Show Abstract | Download Original | Original Source | Check in Google Scholar | DOI: 10.61132/neptunus.v3i4.1252

Abstract

Accurate wind turbine power curve modeling plays a crucial role in performance evaluation, energy yield estimation, and data-driven control strategies. However, actual power curves often exhibit non-linear behavior influenced by atmospheric variability, measurement noise, and SCADA anomalies, making conventional modeling approaches less effective.
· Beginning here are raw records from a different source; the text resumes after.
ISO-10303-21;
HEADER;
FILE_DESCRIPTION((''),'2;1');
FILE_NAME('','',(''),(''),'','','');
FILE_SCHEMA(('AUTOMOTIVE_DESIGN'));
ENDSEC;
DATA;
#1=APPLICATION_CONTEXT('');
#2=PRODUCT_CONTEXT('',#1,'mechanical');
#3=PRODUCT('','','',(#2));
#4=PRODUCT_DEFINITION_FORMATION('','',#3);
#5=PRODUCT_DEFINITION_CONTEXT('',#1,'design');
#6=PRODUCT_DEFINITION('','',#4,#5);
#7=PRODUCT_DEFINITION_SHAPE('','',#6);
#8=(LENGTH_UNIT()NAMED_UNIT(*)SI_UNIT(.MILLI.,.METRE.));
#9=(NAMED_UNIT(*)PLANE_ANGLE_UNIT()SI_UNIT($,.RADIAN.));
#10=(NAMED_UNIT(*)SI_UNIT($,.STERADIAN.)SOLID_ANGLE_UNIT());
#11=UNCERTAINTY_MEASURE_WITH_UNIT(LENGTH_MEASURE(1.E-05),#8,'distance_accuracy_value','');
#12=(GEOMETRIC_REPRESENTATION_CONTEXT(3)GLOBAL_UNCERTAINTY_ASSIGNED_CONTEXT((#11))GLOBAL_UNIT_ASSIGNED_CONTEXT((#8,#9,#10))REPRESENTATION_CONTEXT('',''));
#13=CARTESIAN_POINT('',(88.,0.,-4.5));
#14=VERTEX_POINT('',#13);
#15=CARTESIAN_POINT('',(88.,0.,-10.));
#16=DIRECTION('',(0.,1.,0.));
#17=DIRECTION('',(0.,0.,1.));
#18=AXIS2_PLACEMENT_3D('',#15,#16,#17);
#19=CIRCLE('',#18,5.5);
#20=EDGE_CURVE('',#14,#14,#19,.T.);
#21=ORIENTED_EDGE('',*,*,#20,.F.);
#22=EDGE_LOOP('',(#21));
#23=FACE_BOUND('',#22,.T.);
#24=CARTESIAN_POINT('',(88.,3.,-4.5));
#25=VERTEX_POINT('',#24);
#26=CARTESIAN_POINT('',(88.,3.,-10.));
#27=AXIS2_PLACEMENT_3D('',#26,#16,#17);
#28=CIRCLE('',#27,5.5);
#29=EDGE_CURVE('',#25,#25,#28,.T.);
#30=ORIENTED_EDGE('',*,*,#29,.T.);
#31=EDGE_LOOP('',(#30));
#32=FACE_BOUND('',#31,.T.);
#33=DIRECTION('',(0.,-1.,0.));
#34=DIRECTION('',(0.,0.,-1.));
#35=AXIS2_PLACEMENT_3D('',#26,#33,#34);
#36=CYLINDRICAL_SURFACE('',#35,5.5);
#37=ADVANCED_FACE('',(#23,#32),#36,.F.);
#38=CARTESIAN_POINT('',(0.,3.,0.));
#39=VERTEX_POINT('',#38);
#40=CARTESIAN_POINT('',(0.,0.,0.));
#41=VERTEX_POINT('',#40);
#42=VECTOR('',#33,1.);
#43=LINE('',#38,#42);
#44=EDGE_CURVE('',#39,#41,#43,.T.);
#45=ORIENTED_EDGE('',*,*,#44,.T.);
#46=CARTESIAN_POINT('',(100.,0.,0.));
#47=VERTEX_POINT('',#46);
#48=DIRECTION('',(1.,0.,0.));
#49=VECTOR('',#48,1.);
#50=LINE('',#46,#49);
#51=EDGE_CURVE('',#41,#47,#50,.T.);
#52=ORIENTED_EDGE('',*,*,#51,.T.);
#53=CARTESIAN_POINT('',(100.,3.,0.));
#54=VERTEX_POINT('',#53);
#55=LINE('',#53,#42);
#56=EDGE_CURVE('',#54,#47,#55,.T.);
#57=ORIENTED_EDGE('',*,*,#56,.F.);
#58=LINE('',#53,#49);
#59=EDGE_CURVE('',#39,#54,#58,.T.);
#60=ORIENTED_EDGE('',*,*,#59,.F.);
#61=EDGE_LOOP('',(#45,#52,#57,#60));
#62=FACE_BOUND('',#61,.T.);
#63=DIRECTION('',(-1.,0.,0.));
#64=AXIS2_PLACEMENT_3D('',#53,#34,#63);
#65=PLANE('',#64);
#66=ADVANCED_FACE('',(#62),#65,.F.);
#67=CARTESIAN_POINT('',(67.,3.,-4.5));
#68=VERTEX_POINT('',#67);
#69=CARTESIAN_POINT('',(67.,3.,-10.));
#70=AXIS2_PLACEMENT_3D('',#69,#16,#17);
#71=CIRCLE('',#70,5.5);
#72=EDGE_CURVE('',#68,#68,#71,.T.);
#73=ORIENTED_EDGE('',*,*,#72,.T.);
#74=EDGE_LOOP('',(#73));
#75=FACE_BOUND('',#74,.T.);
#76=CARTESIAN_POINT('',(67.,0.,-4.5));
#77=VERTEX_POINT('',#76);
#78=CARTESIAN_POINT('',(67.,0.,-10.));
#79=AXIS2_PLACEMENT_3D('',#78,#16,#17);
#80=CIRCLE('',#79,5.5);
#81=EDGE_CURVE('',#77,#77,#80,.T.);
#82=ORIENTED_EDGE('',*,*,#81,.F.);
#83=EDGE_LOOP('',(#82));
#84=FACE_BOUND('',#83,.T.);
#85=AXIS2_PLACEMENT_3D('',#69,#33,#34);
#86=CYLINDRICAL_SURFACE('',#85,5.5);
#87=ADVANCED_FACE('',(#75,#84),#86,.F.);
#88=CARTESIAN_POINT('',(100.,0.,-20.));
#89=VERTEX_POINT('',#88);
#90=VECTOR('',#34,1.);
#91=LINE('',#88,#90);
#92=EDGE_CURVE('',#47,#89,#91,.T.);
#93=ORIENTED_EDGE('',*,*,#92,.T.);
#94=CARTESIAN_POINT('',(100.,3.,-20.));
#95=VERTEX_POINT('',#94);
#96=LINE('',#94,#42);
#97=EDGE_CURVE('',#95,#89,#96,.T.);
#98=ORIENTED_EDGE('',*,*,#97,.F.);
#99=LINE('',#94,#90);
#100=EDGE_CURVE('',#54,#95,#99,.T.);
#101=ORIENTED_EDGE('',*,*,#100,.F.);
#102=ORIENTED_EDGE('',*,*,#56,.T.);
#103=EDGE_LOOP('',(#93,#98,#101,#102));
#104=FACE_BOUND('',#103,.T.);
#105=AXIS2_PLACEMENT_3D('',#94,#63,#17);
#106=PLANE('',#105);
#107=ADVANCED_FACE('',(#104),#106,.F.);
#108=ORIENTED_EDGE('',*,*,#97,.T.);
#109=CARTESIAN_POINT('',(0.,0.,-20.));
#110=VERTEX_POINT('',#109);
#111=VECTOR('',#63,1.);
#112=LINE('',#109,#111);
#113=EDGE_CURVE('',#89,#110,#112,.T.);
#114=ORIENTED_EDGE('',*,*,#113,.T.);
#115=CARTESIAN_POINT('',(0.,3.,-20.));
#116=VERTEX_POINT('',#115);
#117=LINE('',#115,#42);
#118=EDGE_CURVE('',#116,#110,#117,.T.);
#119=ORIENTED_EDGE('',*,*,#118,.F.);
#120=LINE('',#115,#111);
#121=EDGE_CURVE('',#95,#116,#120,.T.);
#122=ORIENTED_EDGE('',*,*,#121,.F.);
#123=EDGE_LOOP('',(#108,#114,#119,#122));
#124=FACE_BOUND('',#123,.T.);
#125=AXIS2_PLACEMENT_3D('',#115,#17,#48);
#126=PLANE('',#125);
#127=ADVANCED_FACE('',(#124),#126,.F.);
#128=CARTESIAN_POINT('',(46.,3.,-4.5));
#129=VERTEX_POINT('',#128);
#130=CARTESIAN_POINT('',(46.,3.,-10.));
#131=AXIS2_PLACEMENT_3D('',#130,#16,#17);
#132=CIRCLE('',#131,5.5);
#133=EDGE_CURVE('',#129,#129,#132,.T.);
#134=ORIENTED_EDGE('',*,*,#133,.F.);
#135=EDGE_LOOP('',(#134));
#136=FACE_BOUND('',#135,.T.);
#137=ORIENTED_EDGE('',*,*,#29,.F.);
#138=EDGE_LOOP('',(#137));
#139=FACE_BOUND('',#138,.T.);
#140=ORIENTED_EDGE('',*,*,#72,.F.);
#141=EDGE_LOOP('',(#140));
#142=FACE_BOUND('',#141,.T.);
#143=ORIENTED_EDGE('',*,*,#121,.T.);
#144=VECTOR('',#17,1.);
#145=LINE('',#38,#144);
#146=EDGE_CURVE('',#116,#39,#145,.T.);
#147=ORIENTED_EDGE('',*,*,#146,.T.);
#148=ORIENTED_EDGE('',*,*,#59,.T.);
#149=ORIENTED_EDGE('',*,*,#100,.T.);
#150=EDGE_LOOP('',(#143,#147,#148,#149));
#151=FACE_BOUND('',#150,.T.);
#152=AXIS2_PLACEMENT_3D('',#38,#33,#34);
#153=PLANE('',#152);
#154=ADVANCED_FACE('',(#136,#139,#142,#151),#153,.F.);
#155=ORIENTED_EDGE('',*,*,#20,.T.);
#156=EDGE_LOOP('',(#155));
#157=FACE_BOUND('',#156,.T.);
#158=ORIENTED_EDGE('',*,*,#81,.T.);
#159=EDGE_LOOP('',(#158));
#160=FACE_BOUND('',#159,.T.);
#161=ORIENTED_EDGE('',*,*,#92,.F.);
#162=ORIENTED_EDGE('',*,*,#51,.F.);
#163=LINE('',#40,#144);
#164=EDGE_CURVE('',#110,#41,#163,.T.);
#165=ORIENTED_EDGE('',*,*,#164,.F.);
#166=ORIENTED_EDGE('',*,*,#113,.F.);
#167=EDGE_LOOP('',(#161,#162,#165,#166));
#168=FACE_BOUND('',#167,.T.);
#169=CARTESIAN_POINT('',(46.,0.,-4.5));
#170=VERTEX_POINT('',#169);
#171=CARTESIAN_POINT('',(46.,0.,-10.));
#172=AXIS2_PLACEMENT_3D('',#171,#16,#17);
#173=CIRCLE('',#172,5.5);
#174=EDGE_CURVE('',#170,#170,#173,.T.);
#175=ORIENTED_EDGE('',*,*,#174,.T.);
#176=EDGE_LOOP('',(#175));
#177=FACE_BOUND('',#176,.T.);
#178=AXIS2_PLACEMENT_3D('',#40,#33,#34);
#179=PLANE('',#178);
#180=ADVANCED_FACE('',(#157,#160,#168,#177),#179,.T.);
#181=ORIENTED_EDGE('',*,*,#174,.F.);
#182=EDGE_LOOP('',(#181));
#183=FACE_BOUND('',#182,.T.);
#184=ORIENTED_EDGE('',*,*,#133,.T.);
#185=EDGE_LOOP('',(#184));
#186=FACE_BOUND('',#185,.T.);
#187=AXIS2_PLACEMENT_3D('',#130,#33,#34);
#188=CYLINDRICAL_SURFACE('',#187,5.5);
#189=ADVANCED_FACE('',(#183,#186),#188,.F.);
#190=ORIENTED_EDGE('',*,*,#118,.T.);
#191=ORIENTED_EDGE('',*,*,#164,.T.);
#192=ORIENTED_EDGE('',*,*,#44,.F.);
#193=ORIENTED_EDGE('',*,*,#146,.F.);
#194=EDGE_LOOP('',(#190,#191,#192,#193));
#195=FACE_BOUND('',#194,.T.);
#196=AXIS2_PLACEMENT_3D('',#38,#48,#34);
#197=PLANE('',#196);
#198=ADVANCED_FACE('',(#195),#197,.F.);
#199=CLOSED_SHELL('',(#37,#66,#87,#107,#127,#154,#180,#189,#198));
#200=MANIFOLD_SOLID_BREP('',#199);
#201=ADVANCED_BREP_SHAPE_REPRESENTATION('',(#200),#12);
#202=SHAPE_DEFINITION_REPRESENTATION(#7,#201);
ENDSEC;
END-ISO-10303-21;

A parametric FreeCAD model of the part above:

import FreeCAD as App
import Part
import Sketcher

V = App.Vector
Q = App.Units.Quantity

doc = App.newDocument("Part")
body = doc.addObject("PartDesign::Body", "Body")

# Sketch on XZ plane
sketch1 = doc.addObject("Sketcher::SketchObject", "Sketch")
body.addObject(sketch1)
sketch1.AttachmentSupport = (doc.XZ_Plane, [""])
sketch1.MapMode = "FlatFace"
sketch1.addGeometry([
    Part.LineSegment(V(0, -20, 0), V(0, 0, 0)),  # 0
    Part.LineSegment(V(0, 0, 0), V(100, 0, 0)),  # 1
    Part.LineSegment(V(100, 0, 0), V(100, -20, 0)),  # 2
    Part.LineSegment(V(100, -20, 0), V(0, -20, 0)),  # 3
    Part.Circle(V(46, -10, 0), V(0, 0, 1), 6),  # 4
    Part.Circle(V(67, -10, 0), V(0, 0, 1), 6),  # 5
    Part.Circle(V(88, -10, 0), V(0, 0, 1), 6),  # 6
], False)
sketch1.addConstraint([
    Sketcher.Constraint("Coincident", 0, 2, 1, 1),
    Sketcher.Constraint("Coincident", 1, 2, 2, 1),
    Sketcher.Constraint("Coincident", 2, 2, 3, 1),
    Sketcher.Constraint("Coincident", 3, 2, 0, 1),
    Sketcher.Constraint("Vertical", 0),
    Sketcher.Constraint("Horizontal", 1),
    Sketcher.Constraint("Vertical", 2),
    Sketcher.Constraint("Horizontal", 3),
    Sketcher.Constraint("Coincident", 0, 2, -1, 1),
    Sketcher.Constraint("Equal", 4, 5),
    Sketcher.Constraint("Equal", 5, 6),
    Sketcher.Constraint("Horizontal", 4, 3, 5, 3),
    Sketcher.Constraint("Horizontal", 5, 3, 6, 3),
    Sketcher.Constraint("Diameter", 4, Q("11 mm")),
    Sketcher.Constraint("DistanceX", 1, 1, 1, 2, Q("100 mm")),
    Sketcher.Constraint("DistanceY", 0, 1, 0, 2, Q("20 mm")),
    Sketcher.Constraint("DistanceX", -1, 1, 4, 3, Q("46 mm")),
    Sketcher.Constraint("DistanceY", 4, 3, -1, 1, Q("10 mm")),
    Sketcher.Constraint("DistanceX", -1, 1, 5, 3, Q("67 mm")),
    Sketcher.Constraint("DistanceX", -1, 1, 6, 3, Q("88 mm")),
])
pad1 = doc.addObject("PartDesign::Pad", "Pad")
body.addObject(pad1)
pad1.Profile = sketch1
pad1.Length = 3
pad1.Reversed = True

doc.recompute()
This study proposes an optimized logistic power curve model whose parameters are tuned using Particle Swarm Optimization (PSO) to improve predictive accuracy. The analysis uses the Wind Turbine SCADA Dataset from Kaggle, which undergoes extensive preprocessing including physical rule filtering, outlier detection with the Interquartile Range (IQR) method, anomaly removal, and smoothing of the power signal. A three-parameter logistic model is selected due to its ability to capture the typical S-shaped relationship between wind speed and power output. PSO is applied to identify optimal model parameters by minimizing the Mean Squared Error (MSE), utilizing 40 particles over 200 iterations. The optimized model achieves strong predictive performance with RMSE of 404.09, MAE of 179.96, and R² of 0.904 on the test set, indicating that more than 90% of the variability in actual power can be explained by wind speed. Residual analysis reveals heteroscedastic patterns and slight overestimation in mid-range wind speeds, yet overall model consistency remains high. Comparative evaluation against Linear Regression, Random Forest, and logistic modeling using curve_fit shows that the Logistic–PSO approach provides the most accurate and stable predictions. These findings demonstrate that combining logistic modeling with PSO offers an effective and robust method for data-driven wind turbine power curve optimization.